The Court agrees with Defendant DNC and will grant its Motion to Dismiss with prejudice for the reasons that follow. The Court substantially disagrees with Defendant PDP, and will deny its Motion to Dismiss after finding that Katz plausibly pled that she did engage in commerce as defined in the FLSA. As Katz need not plausibly plead that both she and Defendant PDP were engaged in commerce, the Court will not address this inquiry as to Defendant PDP. Additionally, the Court will continue to exercise supplemental jurisdiction over Katz's state-law PMWA claim as to Defendant PDP alone.
I. The Third Amended Complaint Fails To Establish That Defendant DNC Employed Plaintiffs
A. Joint Employer Status
Defendant DNC has reasserted its challenge of the pleadings sufficiently establishing it as the employer of Katz or any of the other Organizers during the relevant time period. In the TAC, Katz alleges that Defendant DNC and Defendant PDP are "joint employers" under the "Enterprise test" employed in this circuit. In re Enterprise Rent-A-Car Wage & Hour Emp't Practices Litig., 683 F.3d 462, 468 (3d Cir. 2012). Under the Enterprise test, courts are to consider a non-exhaustive list of factors when determining whether "two or more employers exert significant control over the same employees" such that it can be said "they share or co-determine those matters governing essential terms and conditions of employment." Id. These factors include the alleged joint employer's: (1) authority to hire and fire employees; (2) authority to promulgate work rules and assignments and set conditions of employment; (3) involvement in the day-to-day supervision of employees, including employee discipline; and (4) control over employee records. Id.
Prior to evaluating these elements with respect to Defendant DNC, the Court must address Katz's attempt to impute the conduct of non-party HFA to Defendant DNC by alleging their "joint authority," "vertical integration," and "single employer/alter ego" relationship. See TAC at ¶¶ 14-17, 68-69. First, as to non-party HFA and Defendant DNC's alleged joint authority and/or joint employer status, Katz does not actually plead that non-party HFA exercised such a significant amount of control over Katz and the Organizers that it satisfies the Enterprise factors.
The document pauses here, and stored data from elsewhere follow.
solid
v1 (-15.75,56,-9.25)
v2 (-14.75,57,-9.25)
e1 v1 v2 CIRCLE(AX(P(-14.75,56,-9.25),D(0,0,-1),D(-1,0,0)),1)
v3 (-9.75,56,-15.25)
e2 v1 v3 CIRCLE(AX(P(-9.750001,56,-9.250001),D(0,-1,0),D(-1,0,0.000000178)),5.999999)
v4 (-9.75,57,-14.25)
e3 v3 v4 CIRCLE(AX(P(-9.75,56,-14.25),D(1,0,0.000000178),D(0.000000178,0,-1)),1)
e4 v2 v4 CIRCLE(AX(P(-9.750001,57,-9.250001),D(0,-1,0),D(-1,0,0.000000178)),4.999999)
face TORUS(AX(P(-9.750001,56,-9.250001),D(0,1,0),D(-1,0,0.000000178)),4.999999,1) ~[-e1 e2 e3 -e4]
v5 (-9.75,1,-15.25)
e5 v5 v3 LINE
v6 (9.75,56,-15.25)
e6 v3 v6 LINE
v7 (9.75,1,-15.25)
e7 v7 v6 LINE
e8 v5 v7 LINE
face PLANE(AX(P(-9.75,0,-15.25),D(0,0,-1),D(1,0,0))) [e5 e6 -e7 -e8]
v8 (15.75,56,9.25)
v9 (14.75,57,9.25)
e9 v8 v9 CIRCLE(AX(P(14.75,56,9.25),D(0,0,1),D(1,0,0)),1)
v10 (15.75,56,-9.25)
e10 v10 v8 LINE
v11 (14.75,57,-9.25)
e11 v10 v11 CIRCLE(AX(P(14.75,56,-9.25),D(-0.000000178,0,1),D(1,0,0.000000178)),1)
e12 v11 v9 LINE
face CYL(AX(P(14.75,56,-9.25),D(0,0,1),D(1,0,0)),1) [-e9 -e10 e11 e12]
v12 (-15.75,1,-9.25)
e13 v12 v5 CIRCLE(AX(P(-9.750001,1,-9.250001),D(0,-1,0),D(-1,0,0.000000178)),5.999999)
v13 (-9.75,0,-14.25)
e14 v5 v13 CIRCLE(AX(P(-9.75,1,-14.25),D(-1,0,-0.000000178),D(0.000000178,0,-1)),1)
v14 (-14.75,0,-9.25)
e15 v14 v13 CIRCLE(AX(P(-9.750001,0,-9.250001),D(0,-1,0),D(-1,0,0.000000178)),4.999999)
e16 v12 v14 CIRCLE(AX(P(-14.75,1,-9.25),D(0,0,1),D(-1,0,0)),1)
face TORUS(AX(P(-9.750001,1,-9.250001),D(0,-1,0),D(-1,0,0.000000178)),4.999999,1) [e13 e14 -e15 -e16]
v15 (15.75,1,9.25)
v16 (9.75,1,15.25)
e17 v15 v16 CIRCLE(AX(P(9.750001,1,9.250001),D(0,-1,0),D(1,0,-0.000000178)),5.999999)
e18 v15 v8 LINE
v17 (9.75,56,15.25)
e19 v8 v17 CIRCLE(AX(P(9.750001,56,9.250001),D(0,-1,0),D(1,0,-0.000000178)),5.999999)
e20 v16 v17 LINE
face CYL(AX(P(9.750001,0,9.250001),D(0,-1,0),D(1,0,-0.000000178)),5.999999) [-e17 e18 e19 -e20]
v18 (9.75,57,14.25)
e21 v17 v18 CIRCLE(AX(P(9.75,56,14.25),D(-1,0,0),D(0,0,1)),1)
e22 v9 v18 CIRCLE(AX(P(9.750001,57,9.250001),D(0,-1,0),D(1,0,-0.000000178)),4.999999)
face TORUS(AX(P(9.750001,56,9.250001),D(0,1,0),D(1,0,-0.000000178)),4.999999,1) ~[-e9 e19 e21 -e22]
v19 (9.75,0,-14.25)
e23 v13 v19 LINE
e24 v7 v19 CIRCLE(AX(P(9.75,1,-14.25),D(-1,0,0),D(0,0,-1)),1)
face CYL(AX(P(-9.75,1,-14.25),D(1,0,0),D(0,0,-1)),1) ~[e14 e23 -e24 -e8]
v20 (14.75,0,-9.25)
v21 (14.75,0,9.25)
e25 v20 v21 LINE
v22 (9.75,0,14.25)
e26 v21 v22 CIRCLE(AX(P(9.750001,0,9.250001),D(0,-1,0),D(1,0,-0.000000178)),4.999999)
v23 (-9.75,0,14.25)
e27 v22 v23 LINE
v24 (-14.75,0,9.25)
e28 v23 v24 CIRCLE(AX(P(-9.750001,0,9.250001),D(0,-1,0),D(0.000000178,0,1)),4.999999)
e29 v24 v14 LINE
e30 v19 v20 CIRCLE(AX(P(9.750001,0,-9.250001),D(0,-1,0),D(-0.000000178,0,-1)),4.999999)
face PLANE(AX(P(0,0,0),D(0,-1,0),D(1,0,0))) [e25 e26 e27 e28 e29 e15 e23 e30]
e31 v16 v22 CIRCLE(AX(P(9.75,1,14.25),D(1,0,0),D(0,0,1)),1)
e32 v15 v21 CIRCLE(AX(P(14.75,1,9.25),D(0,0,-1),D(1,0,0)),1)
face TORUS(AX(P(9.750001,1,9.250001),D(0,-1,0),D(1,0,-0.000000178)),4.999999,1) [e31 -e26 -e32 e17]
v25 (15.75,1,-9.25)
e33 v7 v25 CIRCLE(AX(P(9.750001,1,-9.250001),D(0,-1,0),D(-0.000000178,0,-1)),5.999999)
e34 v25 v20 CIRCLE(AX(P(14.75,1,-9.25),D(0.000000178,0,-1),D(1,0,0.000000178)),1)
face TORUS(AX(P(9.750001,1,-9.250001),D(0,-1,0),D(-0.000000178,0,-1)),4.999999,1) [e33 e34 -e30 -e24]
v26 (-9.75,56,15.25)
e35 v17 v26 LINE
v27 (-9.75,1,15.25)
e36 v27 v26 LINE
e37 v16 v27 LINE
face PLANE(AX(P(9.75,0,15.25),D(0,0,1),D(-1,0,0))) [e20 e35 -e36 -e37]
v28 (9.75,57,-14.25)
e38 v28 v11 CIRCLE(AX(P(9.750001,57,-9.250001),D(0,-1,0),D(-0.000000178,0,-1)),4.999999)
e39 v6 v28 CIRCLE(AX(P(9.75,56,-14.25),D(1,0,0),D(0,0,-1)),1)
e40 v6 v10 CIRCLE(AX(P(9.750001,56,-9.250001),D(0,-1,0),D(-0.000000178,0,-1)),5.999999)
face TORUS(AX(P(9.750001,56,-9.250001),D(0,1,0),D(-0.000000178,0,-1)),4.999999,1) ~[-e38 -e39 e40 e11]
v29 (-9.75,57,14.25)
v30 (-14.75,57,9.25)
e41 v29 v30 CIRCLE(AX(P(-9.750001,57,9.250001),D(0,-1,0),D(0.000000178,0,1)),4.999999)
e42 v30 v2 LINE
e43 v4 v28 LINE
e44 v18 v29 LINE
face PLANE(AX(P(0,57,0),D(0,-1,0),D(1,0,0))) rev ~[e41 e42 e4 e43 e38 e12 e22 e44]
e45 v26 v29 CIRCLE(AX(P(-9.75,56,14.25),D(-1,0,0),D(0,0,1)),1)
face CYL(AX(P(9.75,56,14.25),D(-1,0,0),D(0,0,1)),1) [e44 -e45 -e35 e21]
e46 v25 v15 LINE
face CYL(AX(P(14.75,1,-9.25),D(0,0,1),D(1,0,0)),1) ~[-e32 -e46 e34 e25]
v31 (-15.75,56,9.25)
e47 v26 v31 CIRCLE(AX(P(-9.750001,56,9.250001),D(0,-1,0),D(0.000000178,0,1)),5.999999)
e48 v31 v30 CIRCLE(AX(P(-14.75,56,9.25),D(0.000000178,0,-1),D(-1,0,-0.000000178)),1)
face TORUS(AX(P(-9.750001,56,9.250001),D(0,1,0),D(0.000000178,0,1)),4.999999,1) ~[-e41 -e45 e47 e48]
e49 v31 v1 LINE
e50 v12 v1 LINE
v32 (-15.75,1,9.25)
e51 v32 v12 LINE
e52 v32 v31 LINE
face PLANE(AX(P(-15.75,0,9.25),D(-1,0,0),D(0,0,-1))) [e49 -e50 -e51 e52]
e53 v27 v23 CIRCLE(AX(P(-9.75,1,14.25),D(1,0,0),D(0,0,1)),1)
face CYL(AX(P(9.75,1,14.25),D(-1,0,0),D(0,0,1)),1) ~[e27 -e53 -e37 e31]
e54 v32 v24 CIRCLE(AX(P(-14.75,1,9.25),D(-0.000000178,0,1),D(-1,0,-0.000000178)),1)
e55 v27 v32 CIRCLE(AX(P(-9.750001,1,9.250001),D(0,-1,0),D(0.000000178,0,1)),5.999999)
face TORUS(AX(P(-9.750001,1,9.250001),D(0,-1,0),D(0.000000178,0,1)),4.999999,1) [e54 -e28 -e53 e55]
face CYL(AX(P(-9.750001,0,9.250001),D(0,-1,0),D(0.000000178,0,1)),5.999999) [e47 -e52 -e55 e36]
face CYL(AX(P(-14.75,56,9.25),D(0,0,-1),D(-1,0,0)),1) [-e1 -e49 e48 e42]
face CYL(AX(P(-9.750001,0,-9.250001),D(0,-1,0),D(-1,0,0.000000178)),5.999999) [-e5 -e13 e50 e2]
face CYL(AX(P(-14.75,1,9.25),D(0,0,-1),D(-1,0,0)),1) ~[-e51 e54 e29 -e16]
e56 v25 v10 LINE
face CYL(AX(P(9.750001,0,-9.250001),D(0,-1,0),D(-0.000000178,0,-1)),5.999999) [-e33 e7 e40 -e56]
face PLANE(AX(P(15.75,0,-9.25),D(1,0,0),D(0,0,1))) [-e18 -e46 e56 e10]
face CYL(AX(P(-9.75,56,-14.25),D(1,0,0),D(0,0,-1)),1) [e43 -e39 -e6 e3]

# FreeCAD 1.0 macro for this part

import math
import FreeCAD as App
import Part
import Sketcher
from FreeCAD import Vector


def edges_at(feature, points):
    """Names of the edges that pass closest to the given points."""
    edges = feature.Shape.Edges
    near = lambda p: min(range(len(edges)), key=lambda i: edges[i].distToShape(Part.Vertex(*p))[0])
    return sorted({f"Edge{near(p) + 1}" for p in points})

doc = App.newDocument("Part")
params = doc.addObject("Spreadsheet::Sheet", "Params")
for row, (alias, value) in enumerate([
    ("sketch1_radius", "5.999999 mm"),
    ("sketch1_width", "19.5 mm"),
    ("sketch1_height", "18.5 mm"),
    ("pad1_length", "57 mm"),
    ("fillet_radius", "1 mm"),
], start=1):
    params.set(f"A{row}", alias)
    params.set(f"B{row}", "=" + value)
    params.setAlias(f"B{row}", alias)

body = doc.addObject("PartDesign::Body", "Body")

sketch1 = doc.addObject("Sketcher::SketchObject", "Sketch")
body.addObject(sketch1)
sketch1.AttachmentSupport = (doc.XZ_Plane, [""])
sketch1.MapMode = "FlatFace"
sketch1.addGeometry([
    Part.LineSegment(Vector(-16, 9, 0), Vector(-16, -9, 0)),
    Part.ArcOfCircle(Part.Circle(Vector(-10, -9, 0), Vector(0, 0, 1), 6), math.radians(180), math.radians(270)),
    Part.LineSegment(Vector(-10, -15, 0), Vector(10, -15, 0)),
    Part.ArcOfCircle(Part.Circle(Vector(10, -9, 0), Vector(0, 0, 1), 6), math.radians(-90), math.radians(0)),
    Part.LineSegment(Vector(16, -9, 0), Vector(16, 9, 0)),
    Part.ArcOfCircle(Part.Circle(Vector(10, 9, 0), Vector(0, 0, 1), 6), math.radians(0), math.radians(90)),
    Part.LineSegment(Vector(10, 15, 0), Vector(-10, 15, 0)),
    Part.ArcOfCircle(Part.Circle(Vector(-10, 9, 0), Vector(0, 0, 1), 6), math.radians(90), math.radians(180)),
], False)
sketch1.addConstraint([
    Sketcher.Constraint("Tangent", 0, 2, 1, 1),
    Sketcher.Constraint("Tangent", 1, 2, 2, 1),
    Sketcher.Constraint("Tangent", 2, 2, 3, 1),
    Sketcher.Constraint("Tangent", 3, 2, 4, 1),
    Sketcher.Constraint("Tangent", 4, 2, 5, 1),
    Sketcher.Constraint("Tangent", 5, 2, 6, 1),
    Sketcher.Constraint("Tangent", 6, 2, 7, 1),
    Sketcher.Constraint("Tangent", 7, 2, 0, 1),
    Sketcher.Constraint("Vertical", 0),
    Sketcher.Constraint("Horizontal", 2),
    Sketcher.Constraint("Vertical", 4),
    Sketcher.Constraint("Horizontal", 6),
    Sketcher.Constraint("Equal", 1, 3),
    Sketcher.Constraint("Equal", 3, 5),
    Sketcher.Constraint("Equal", 5, 7),
    Sketcher.Constraint("Symmetric", 1, 3, 5, 3, -1, 1),
    Sketcher.Constraint("Radius", 1, 5.999999),
    Sketcher.Constraint("DistanceX", 2, 1, 2, 2, 19.5),
    Sketcher.Constraint("DistanceY", 0, 2, 0, 1, 18.5),
])
sketch1.setExpression("Constraints[16]", "Params.sketch1_radius")
sketch1.setExpression("Constraints[17]", "Params.sketch1_width")
sketch1.setExpression("Constraints[18]", "Params.sketch1_height")
pad1 = doc.addObject("PartDesign::Pad", "Pad")
body.addObject(pad1)
pad1.Profile = sketch1
pad1.setExpression("Length", "Params.pad1_length")
pad1.Reversed = True
doc.recompute()

fillet = doc.addObject("PartDesign::Fillet", "Fillet")
body.addObject(fillet)
fillet.Base = (pad1, edges_at(pad1, [(0, 0, 15.25), (0, 57, 15.25)]))
fillet.setExpression("Radius", "Params.fillet_radius")

doc.recompute()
Katz pleads that HFA had operational control over Defendant DNC pursuant to the Joint Fundraising Agreement. Katz also pleads that HFA employees were involved in the hiring and training of Katz and the Organizers, and that HFA employees oversaw the Organizers work as it related to the Pennsylvania Coordinated Campaign. However, aside from cursorily stating that Defendant DNC and non-party HFA were joint employers with joint authority over Katz and the Organizers, Katz provides no other factual support demonstrating that HFA was a joint employer of Katz and the Organizers. Moreover, nowhere in her Opposition to the Defendants' Motion to Dismiss ("Opposition") does Katz actually argue that HFA was her joint employer. Thus, Katz is attempting to use non-party HFA's purported joint employer contacts with Katz and the Organizers to establish a joint employer relationship between them and Defendant DNC. However, she conspicuously and fatally fails to plead that non-party HFA was their joint employer. The alleged Joint Fundraising Agreement and non-party HFA's alleged operational control over Defendant DNC does not permit Katz to collapse two independent legal entities into one and aggregate their contacts with the Plaintiffs to establish that Defendant DNC was their joint employer.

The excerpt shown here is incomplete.